= Helen S. Hawkins =

Helen S. Hawkins (April 3, 1930 – August 10, 1989) is best known as a feminist and a producer and host for KPBS.

Hawkins co-founded and was the first president of the San Diego chapter of the National Organization for Women (NOW). Later, she would be awarded the NOW Susan B. Anthony award for her “courage and compassion and work for women’s rights.”

Along this same vein of work, Hawkins served on the Commission for Affirmative Action and Women’s Rights.

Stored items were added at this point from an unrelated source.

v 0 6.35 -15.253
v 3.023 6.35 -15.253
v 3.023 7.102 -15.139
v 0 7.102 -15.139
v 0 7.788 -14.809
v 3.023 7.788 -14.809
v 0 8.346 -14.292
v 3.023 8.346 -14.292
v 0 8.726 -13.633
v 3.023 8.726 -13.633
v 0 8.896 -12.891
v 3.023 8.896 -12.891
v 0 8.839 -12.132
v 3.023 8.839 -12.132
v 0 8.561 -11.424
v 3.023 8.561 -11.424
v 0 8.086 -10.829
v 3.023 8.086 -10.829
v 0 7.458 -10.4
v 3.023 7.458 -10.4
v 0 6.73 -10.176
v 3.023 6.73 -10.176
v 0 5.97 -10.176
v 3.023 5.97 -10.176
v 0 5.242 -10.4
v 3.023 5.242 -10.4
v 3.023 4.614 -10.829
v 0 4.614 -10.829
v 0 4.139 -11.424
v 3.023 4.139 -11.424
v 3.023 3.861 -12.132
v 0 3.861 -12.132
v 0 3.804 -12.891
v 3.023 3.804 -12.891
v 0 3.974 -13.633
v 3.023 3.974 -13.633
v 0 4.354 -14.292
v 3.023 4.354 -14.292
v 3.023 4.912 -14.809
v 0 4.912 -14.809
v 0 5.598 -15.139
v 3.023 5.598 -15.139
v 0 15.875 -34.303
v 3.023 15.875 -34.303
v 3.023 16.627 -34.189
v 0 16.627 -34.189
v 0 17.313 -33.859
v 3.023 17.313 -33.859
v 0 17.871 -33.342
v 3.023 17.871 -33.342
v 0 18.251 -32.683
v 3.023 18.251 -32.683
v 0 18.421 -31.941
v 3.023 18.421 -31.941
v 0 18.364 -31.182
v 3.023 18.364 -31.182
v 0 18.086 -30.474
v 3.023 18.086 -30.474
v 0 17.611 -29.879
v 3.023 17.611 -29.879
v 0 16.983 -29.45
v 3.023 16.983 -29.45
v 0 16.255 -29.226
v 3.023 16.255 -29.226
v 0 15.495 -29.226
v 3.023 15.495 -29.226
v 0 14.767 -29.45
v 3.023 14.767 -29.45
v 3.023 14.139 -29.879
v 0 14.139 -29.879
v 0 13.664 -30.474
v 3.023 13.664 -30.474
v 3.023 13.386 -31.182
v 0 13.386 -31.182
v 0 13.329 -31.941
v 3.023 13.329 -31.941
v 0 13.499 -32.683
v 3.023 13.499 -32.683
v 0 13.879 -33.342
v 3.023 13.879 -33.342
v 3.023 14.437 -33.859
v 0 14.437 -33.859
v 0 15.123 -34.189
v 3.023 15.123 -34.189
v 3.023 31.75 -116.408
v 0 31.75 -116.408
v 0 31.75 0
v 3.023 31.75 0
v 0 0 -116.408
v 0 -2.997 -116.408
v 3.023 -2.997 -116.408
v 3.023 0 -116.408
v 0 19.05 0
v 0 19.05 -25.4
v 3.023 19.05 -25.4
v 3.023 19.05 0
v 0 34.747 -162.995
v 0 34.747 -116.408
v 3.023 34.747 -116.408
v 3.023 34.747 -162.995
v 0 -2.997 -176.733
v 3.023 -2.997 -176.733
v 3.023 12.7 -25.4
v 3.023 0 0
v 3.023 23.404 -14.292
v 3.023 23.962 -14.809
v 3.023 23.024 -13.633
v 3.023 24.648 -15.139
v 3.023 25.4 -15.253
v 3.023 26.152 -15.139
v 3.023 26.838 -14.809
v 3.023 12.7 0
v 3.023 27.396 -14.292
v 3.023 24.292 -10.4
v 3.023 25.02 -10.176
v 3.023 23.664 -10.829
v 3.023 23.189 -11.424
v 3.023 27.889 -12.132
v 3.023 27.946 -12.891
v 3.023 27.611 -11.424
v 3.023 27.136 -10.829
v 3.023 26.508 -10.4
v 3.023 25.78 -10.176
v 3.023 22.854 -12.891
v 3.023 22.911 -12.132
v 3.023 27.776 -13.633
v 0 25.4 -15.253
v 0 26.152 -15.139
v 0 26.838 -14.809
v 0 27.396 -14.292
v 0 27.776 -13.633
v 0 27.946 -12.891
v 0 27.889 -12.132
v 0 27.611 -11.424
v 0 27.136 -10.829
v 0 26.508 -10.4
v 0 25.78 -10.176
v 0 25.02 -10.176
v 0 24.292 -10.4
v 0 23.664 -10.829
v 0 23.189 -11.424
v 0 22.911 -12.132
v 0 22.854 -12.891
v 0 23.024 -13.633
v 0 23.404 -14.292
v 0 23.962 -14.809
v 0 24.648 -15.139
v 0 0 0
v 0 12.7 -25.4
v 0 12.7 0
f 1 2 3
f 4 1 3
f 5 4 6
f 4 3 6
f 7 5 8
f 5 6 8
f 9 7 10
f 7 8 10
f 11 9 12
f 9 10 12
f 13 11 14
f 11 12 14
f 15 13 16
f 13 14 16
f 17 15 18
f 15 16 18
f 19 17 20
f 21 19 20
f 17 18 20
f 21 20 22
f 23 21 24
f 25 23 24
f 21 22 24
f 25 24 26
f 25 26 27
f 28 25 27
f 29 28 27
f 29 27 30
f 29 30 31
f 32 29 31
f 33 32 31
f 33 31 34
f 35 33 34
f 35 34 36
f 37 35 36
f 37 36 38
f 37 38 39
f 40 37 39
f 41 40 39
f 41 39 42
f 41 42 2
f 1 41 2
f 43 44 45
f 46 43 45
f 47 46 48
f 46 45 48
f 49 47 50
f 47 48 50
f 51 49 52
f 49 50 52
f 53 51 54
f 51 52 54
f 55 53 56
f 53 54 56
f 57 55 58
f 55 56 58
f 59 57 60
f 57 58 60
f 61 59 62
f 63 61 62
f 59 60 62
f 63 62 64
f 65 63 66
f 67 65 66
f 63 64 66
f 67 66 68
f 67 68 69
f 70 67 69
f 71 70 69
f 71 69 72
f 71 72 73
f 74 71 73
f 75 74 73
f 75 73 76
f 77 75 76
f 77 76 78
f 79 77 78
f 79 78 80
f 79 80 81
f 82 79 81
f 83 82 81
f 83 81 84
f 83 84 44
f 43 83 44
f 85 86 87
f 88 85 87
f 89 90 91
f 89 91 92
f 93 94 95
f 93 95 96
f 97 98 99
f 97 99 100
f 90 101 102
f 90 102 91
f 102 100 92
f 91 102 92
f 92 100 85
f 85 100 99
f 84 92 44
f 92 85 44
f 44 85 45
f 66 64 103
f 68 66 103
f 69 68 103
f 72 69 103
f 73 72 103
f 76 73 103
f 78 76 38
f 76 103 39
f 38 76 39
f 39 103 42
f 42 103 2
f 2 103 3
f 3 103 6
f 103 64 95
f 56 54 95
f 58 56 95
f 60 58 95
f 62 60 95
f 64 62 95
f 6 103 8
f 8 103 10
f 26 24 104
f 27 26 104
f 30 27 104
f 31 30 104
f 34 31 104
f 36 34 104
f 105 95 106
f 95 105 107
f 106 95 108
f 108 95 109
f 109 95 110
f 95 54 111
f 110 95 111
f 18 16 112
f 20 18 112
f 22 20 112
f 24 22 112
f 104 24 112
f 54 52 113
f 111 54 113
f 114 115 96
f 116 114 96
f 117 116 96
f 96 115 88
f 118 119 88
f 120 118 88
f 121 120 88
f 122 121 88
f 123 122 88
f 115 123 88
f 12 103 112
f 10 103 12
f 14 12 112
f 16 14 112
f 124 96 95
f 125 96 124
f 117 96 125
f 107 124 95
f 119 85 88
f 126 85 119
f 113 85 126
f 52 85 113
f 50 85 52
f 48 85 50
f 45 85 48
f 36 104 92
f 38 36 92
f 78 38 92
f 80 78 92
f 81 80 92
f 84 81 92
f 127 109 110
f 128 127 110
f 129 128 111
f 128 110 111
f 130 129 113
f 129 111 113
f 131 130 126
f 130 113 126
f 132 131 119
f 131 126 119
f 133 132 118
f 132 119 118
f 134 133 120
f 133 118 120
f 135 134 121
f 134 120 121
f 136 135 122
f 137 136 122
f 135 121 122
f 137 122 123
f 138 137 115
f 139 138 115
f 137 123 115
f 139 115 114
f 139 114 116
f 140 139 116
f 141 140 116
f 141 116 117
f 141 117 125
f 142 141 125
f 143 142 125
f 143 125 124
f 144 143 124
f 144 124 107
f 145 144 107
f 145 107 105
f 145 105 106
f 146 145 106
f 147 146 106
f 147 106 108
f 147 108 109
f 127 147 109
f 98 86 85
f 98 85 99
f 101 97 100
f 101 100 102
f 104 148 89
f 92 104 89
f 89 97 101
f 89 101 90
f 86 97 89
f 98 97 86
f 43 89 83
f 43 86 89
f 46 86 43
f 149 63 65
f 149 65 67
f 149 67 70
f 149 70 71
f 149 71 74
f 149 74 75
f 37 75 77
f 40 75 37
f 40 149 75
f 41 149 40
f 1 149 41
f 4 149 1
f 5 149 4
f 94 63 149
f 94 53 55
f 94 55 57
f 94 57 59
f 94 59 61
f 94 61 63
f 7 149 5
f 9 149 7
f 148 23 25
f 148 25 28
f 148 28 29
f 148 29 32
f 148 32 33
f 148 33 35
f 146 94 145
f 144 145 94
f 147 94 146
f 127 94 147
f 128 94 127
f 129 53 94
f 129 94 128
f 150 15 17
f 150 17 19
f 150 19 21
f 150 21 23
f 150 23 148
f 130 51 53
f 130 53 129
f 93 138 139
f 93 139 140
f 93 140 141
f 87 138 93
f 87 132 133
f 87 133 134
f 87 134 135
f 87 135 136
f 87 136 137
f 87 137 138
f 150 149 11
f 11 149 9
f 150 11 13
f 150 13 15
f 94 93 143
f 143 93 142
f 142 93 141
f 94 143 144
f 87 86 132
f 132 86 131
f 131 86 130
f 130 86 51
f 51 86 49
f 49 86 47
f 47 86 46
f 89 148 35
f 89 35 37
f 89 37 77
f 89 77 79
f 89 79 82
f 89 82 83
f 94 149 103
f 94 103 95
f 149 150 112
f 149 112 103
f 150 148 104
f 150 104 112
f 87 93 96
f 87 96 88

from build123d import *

# Parameters (mm, degrees)
SKETCH2_2_R         = 2.0193
BOSS_EXTRUDE2_DEPTH = 3.0226
SKETCH6_R           = 2.5527
CUT_EXTRUDE4_DEPTH  = 4.0226


with BuildPart() as part:
    # Sketch2<2> → Boss-Extrude2 (new body)
    with BuildSketch(Plane(origin=(0, 0, 0), x_dir=(0, 0, -1), z_dir=(1, 0, 0))):
        Polygon((0, 0), (0, 12.7), (25.4, 12.7), (25.4, 19.05), (0, 19.05), (0, 31.75), (38.1, 31.75), (116.4082, 31.75), (116.4082, 34.7472), (162.99536189, 34.7472), (176.7332, -2.9972), (116.4082, -2.9972), (116.4082, 0), (38.1, 0), align=None)
        with Locations((12.7, 25.4)):
            Circle(SKETCH2_2_R, mode=Mode.SUBTRACT)
        with Locations((12.7, 6.35)):
            Circle(SKETCH2_2_R, mode=Mode.SUBTRACT)
        with Locations((31.75, 15.875)):
            Circle(SKETCH2_2_R, mode=Mode.SUBTRACT)
    extrude(amount=BOSS_EXTRUDE2_DEPTH)

    # Sketch6 → Cut-Extrude4 (cut, through all)
    with BuildSketch(Plane(origin=(3.0226, 0, 0), x_dir=(0, 0, -1), z_dir=(1, 0, 0))):
        with Locations((12.7, 25.4)):
            Circle(SKETCH6_R)
        with Locations((31.75, 15.875)):
            Circle(SKETCH6_R)
        with Locations((12.7, 6.35)):
            Circle(SKETCH6_R)
    extrude(amount=-CUT_EXTRUDE4_DEPTH, mode=Mode.SUBTRACT)


solid = part.part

She also aided in the creation of Dimensions, a women’s networking group.

After raising a family, Hawkins returned to school and received her doctorate in history at the University of California, San Diego in 1975. After graduating, she became the publications director for the Institute on Global Conflict and Cooperation at the University of California, San Diego.

In the late 1970s, Hawkins went to work at KPBS television as Executive Director of humanities programming. She produced and appeared in over 100 programs. Many of these programs focused on women’s rights and issues. Her production “California Rights” earned her an Emmy and a Silver Gavel Award from the American Bar Association.

Hawkins died in 1989 from a rare form of cancer. The Helen Hawkins Memorial Fund was created by the San Diego Independent Scholars Board of Directors after her death. In 2005, Hawkins was inducted into the San Diego County Women’s Hall of Fame.